Exhibition
“Şahmaran” © Bêrîvan Îbîn
Foyer
opening on thursday
11.05., 5:30 pm
A collective exhibition with the artists Bêrîvan Îbîn, Melek Halici, Nima Schaper, Savo Merivani, Sarah Ama Duah, Rebecca Korang and Anna Ehrenstein with different positions on society, memory, and resistance.
Şahmaran is a mythical figure from Kurdish mythology who is half snake and half woman. Various perspectives on Şahmaran are opened and explored via documentation and visual arts. The works of Bêrîvan Îbîn are intended to negotiate their symbolic character, which is reminiscent of a politically violent practice – the “divide et impera”.
Performance
A video installation for the performance “to build to bury to remember”
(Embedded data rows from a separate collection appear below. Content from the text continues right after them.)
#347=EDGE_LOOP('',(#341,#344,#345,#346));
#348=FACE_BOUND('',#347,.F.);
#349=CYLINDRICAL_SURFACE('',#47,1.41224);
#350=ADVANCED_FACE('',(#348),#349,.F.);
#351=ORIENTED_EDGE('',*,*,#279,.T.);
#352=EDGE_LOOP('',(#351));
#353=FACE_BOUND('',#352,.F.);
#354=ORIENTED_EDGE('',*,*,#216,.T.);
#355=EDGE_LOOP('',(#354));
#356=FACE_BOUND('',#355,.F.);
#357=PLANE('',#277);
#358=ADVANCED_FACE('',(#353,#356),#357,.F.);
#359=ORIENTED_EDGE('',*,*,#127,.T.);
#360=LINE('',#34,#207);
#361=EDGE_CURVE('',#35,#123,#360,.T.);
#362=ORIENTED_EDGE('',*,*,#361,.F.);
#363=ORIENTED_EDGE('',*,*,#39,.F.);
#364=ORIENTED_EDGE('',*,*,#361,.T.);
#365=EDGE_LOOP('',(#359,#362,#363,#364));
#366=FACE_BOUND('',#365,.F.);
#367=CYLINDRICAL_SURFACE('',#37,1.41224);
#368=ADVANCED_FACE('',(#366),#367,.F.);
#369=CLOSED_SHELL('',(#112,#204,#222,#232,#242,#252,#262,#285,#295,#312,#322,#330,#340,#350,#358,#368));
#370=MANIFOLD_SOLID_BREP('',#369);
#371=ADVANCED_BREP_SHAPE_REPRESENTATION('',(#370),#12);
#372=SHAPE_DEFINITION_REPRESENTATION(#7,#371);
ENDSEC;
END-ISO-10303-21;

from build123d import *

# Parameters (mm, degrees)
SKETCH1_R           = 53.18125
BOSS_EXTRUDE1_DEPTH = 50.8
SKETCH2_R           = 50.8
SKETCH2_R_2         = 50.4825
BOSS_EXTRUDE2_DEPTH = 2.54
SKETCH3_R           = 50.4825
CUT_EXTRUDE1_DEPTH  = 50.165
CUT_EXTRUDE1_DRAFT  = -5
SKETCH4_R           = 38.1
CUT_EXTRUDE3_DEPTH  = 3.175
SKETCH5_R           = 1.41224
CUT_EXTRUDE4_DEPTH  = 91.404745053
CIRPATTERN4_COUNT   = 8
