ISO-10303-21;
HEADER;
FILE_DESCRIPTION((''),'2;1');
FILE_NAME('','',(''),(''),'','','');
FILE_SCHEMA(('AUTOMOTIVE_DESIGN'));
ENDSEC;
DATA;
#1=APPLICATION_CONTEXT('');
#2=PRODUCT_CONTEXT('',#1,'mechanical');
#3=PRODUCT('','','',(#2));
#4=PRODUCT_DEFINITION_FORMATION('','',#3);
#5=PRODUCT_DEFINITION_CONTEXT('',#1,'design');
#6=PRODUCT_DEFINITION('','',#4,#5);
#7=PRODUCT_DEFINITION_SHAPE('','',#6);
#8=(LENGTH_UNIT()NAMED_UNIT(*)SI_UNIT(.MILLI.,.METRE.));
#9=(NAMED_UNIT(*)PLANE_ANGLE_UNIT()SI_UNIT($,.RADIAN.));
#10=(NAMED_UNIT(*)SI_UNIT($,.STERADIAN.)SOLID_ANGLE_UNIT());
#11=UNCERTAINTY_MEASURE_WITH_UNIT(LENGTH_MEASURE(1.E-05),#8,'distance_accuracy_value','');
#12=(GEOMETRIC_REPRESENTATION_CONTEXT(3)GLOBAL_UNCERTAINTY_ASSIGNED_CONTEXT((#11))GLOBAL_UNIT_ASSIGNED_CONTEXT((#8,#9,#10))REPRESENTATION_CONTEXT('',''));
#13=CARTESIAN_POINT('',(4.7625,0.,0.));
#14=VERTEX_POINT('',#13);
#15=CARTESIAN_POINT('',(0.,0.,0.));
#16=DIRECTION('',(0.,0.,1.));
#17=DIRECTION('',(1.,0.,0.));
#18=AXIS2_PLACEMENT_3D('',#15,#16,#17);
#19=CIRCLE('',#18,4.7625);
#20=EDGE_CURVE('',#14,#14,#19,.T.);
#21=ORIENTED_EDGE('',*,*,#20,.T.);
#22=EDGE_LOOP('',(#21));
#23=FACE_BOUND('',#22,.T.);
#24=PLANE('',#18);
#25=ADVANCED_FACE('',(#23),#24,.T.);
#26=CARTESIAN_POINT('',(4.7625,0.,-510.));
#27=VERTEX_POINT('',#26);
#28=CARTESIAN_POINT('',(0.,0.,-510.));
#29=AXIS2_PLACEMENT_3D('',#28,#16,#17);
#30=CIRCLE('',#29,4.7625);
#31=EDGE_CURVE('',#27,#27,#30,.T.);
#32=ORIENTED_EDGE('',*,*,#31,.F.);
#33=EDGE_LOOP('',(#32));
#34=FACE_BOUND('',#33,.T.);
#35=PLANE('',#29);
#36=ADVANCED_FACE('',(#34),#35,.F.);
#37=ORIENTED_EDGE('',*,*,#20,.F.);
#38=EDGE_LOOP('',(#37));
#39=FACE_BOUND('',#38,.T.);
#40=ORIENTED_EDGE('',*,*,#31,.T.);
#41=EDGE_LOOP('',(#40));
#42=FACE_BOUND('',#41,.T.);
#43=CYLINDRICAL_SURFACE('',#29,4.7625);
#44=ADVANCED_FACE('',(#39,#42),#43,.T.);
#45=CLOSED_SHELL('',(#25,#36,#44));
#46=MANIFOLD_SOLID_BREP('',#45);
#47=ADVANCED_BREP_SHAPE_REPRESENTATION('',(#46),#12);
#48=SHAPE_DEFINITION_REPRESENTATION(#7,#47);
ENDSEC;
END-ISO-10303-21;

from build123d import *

# Parameters (mm, degrees)
SKETCH1_R           = 4.7625
BOSS_EXTRUDE1_DEPTH = 510


with BuildPart() as part:
    # Sketch1 → Boss-Extrude1 (new body)
    with BuildSketch(Plane.XY):
        Circle(SKETCH1_R)
    extrude(amount=-BOSS_EXTRUDE1_DEPTH)


solid = part.part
The performance for the video work will take place on Sunday.
Audiocollage, Text and Sound, Sound
In the audiocollage “The cracks in the ground are filled with feathers and eyelashes and silence”, feathers are plucked and also eyelashes and silence. A place is considered. Mythological elements mix with sociological and philosophical reflections on revenge, but none of this is audible. Absent, these elements fuse with the presence of the text, which attempts a poetics of affection. What if revenge was misunderstood?
Sounddesign Nima Schaper
Text Melek Halici
Textile
In the collection “KURDISTAN IS A COLOR”, Savo Merivani works with the utilization of packaging materials and worsted yarn as an aesthetic strategy for a translation of collective emotions of persecution, grief, and memory. Through the new and equal consideration of different raw materials such as plastic, silk and wool, the artist searches for new narratives and finds forms for reflections of resistance.
Rebecca Korang & Anna Ehrenstein
Car-Installation with videoprojection
Video, 10’30”, Sound, Color
For the CARPARK exhibition, Anna Ehrenstein produced the video work clans of berlin (2023), in collaboration with Rebecca Korang, which is visible as a rear projection on the windscreen of a dark blue Opel Astra. The work was located in the urban space near the America Memorial Library in Berlin and examined the occurrence and use of the term “Clan-Kriminalität (=Clan Crime)” in German media and current election campaigns. The artists unmask the targeted use of the term and discuss its potential as a neocolonial weapon to spread fear/resentment against population groups which are read as marginalized and the racialization/ethnicization of crime in Germany.